The road turns to gravel from here and about 250m up the road is the shrine (jinja 神社) itself. You’ll pass through the torii (鳥居) and then climb a grassy trail about 200m in length. As this climbs, the shinden (神殿) will come in two view. The whole shrine is very well maintained and as you continue past the ceremonial buildings you will find a small house like structure and more pipework for the onsen. 

From the onsen area the gravel road begins to climb consistently once again through a series of sharp bends and then, as the forest clears to farmland, several large arcing corners. The various peaks of the Niseko range will be visible, as will Yōtei-zan (羊蹄山) in places.  

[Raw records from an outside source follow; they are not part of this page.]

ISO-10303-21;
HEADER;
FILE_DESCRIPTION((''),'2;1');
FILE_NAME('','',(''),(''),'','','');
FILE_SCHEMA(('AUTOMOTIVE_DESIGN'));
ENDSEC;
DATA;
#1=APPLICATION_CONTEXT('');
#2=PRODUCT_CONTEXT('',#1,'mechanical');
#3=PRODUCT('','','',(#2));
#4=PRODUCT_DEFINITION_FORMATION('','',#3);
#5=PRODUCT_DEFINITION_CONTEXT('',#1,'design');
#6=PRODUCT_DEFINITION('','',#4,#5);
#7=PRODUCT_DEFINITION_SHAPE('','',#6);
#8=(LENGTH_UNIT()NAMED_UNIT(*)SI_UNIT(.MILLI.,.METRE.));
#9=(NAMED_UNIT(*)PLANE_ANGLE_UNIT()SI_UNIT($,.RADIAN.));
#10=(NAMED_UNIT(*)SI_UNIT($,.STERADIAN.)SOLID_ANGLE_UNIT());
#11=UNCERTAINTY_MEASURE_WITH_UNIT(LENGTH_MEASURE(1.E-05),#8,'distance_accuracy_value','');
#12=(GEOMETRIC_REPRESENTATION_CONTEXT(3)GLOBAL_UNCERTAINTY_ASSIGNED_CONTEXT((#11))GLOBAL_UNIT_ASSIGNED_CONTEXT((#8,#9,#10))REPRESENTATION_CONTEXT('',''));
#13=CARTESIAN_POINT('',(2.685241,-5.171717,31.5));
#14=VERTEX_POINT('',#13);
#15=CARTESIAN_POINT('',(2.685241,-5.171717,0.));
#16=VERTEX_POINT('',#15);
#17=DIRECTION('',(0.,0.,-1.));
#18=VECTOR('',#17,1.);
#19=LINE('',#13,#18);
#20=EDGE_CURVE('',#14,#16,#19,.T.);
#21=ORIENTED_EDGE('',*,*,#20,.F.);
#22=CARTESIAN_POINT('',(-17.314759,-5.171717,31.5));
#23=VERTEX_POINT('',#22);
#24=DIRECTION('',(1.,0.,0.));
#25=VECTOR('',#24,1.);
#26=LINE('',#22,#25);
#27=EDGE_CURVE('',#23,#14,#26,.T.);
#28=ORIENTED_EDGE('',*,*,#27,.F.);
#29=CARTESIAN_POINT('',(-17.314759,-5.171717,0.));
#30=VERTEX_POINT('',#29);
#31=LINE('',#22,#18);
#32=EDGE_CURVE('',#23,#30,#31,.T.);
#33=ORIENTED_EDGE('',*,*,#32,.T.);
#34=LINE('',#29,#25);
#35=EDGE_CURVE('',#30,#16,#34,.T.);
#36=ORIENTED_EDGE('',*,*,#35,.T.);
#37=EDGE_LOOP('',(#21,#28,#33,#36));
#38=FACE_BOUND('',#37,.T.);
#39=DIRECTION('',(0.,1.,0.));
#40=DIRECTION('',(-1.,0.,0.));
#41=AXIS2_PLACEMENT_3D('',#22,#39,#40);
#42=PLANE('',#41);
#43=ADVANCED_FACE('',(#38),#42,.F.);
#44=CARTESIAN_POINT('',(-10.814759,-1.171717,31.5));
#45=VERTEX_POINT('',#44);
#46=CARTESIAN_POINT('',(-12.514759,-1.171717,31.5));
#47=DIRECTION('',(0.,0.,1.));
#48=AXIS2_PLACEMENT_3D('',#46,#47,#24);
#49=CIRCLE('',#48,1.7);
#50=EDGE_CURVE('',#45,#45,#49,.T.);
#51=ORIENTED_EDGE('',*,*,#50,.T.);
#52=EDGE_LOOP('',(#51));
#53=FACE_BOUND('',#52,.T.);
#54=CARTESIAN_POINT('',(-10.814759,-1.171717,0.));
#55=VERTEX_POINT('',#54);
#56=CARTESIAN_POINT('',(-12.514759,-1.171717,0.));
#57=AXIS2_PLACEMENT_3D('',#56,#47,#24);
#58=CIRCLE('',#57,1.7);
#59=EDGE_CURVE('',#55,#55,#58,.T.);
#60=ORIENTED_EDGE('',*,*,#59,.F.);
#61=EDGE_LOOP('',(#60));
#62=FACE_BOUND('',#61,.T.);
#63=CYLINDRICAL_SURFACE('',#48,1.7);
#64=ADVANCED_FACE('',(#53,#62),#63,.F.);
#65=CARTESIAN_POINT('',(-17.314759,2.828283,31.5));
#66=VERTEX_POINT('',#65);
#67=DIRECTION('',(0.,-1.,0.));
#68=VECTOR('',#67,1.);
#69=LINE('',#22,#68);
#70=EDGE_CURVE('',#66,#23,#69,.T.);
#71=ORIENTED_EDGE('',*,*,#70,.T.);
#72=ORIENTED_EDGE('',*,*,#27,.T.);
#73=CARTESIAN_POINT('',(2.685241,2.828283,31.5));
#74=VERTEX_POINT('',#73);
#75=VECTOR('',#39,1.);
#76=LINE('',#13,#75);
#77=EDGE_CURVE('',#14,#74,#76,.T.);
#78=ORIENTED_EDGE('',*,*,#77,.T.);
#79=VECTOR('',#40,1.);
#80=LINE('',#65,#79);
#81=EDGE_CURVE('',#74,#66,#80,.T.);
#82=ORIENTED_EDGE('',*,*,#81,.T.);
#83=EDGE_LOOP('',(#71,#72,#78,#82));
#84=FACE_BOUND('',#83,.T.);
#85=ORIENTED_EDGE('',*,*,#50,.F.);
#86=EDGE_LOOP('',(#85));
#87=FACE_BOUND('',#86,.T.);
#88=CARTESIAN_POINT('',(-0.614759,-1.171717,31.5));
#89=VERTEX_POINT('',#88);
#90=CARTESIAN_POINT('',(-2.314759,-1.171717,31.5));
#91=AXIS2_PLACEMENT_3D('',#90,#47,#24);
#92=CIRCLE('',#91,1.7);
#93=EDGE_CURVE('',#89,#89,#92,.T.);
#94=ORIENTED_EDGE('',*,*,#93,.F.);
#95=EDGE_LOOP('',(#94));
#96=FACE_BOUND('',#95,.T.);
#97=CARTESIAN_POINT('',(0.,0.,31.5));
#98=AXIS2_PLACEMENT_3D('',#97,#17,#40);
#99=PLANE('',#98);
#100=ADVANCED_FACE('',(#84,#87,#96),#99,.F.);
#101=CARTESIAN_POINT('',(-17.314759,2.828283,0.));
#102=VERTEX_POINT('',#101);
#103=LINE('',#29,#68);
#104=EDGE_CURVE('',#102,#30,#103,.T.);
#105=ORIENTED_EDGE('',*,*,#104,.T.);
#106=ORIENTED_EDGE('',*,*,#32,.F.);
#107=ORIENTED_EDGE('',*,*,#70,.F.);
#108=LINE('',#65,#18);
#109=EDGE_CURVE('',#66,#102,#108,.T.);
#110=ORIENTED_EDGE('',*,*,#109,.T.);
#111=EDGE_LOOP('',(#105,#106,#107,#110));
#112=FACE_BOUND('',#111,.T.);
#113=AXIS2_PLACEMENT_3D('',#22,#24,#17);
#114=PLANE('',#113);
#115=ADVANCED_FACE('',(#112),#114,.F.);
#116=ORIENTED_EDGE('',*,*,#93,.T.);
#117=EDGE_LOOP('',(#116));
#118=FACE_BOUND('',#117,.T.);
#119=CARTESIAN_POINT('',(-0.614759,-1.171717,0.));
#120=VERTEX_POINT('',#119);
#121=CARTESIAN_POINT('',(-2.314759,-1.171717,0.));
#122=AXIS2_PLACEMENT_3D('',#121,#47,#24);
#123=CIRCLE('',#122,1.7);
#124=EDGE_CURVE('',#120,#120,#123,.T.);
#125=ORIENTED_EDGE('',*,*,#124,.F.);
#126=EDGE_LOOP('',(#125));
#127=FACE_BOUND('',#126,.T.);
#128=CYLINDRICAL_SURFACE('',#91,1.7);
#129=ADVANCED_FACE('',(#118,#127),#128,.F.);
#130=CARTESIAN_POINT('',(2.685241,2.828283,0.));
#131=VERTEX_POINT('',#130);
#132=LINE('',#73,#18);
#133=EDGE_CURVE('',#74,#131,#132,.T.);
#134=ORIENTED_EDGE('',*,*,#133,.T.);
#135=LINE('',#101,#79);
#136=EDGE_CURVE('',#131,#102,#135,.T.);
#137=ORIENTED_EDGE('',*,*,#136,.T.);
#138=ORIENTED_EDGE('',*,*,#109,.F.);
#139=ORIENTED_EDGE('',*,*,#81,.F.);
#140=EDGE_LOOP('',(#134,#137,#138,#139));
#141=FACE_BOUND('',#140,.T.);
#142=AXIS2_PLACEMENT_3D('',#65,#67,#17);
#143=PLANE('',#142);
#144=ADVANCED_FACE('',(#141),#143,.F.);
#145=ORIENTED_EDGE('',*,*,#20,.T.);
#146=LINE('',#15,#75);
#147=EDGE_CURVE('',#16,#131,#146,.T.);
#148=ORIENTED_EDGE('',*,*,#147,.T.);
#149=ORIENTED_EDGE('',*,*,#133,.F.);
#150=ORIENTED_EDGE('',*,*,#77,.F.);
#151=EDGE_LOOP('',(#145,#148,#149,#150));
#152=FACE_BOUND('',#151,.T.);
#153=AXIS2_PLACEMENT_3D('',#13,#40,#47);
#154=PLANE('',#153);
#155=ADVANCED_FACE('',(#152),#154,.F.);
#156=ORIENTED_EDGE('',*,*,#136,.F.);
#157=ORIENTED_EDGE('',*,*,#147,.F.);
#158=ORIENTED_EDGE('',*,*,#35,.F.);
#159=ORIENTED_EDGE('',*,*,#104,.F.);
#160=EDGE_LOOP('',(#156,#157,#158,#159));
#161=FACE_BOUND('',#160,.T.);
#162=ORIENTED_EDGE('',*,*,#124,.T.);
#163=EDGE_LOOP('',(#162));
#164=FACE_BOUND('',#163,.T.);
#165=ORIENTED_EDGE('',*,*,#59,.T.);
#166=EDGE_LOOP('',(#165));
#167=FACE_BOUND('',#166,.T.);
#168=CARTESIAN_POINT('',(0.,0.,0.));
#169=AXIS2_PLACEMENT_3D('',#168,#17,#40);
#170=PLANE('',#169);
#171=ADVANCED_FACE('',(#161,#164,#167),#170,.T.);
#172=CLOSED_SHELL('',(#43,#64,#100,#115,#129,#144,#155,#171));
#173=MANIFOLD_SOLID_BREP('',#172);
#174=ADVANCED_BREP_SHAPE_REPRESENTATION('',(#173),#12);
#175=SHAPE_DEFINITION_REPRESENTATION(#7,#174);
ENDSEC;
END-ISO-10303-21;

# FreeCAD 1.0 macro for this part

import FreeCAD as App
import Part
import Sketcher

V = App.Vector
Q = App.Units.Quantity

doc = App.newDocument("Part")
body = doc.addObject("PartDesign::Body", "Body")

# Sketch on XY plane
sketch1 = doc.addObject("Sketcher::SketchObject", "Sketch")
body.addObject(sketch1)
sketch1.AttachmentSupport = (doc.XY_Plane, [""])
sketch1.MapMode = "FlatFace"
sketch1.addGeometry(Part.LineSegment(V(-17, 3, 0), V(-17, -5, 0)), False)
sketch1.addGeometry(Part.LineSegment(V(-17, -5, 0), V(3, -5, 0)), False)
sketch1.addGeometry(Part.LineSegment(V(3, -5, 0), V(3, 3, 0)), False)
sketch1.addGeometry(Part.LineSegment(V(3, 3, 0), V(-17, 3, 0)), False)
sketch1.addConstraint(Sketcher.Constraint("Coincident", 0, 2, 1, 1))
sketch1.addConstraint(Sketcher.Constraint("Coincident", 1, 2, 2, 1))
sketch1.addConstraint(Sketcher.Constraint("Coincident", 2, 2, 3, 1))
sketch1.addConstraint(Sketcher.Constraint("Coincident", 3, 2, 0, 1))
sketch1.addConstraint(Sketcher.Constraint("Vertical", 0))
sketch1.addConstraint(Sketcher.Constraint("Horizontal", 1))
sketch1.addConstraint(Sketcher.Constraint("Vertical", 2))
sketch1.addConstraint(Sketcher.Constraint("Horizontal", 3))
sketch1.addConstraint(Sketcher.Constraint("DistanceX", 1, 1, 1, 2, Q("20 mm")))
sketch1.addConstraint(Sketcher.Constraint("DistanceY", 0, 2, 0, 1, Q("8 mm")))
sketch1.addConstraint(Sketcher.Constraint("DistanceX", 0, 2, -1, 1, Q("17.314759 mm")))
sketch1.addConstraint(Sketcher.Constraint("DistanceY", 0, 2, -1, 1, Q("5.171717 mm")))
pad1 = doc.addObject("PartDesign::Pad", "Pad")
body.addObject(pad1)
pad1.Profile = sketch1
pad1.Length = 31.5

# Sketch on XY plane
sketch2 = doc.addObject("Sketcher::SketchObject", "Sketch001")
body.addObject(sketch2)
sketch2.AttachmentSupport = (doc.XY_Plane, [""])
sketch2.MapMode = "FlatFace"
sketch2.AttachmentOffset = App.Placement(V(0, 0, 31.5), App.Rotation())
sketch2.addGeometry(Part.Circle(V(-2.3, -1.2, 0), V(0, 0, 1), 1.7), False)
sketch2.addConstraint(Sketcher.Constraint("Diameter", 0, Q("3.4 mm")))
sketch2.addConstraint(Sketcher.Constraint("DistanceX", 0, 3, -1, 1, Q("2.314759 mm")))
sketch2.addConstraint(Sketcher.Constraint("DistanceY", 0, 3, -1, 1, Q("1.171717 mm")))
doc.recompute()
hole = doc.addObject("PartDesign::Hole", "Hole")
body.addObject(hole)
hole.Profile = sketch2
hole.ThreadType = "None"
hole.Diameter = 3.4
hole.DepthType = "ThroughAll"
doc.recompute()

linearpattern = doc.addObject("PartDesign::LinearPattern", "LinearPattern")
body.addObject(linearpattern)
linearpattern.Originals = [hole]
linearpattern.Direction = (doc.X_Axis, [""])
linearpattern.Mode = "offset"
linearpattern.Offset = 10.2
linearpattern.Occurrences = 2
linearpattern.Reversed = True
body.Tip = linearpattern

doc.recompute()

You’ll continue on, crossing the Baba River (馬 場 川) which is a spring fed stream with a source up the road in Chisenpuri. The road is in fantastic condition all the way from Motomiyayakushi up to Route 66; a likely combination of both the hard work of the Rankoshi Town (蘭越町) administration and the near absence of vehicular traffic. 

As you near Route 66 you’ll ride past a sealed road that climbs up from your left; you’ll be coming up this road on your return journey in an hour or so so make a mental snapshot.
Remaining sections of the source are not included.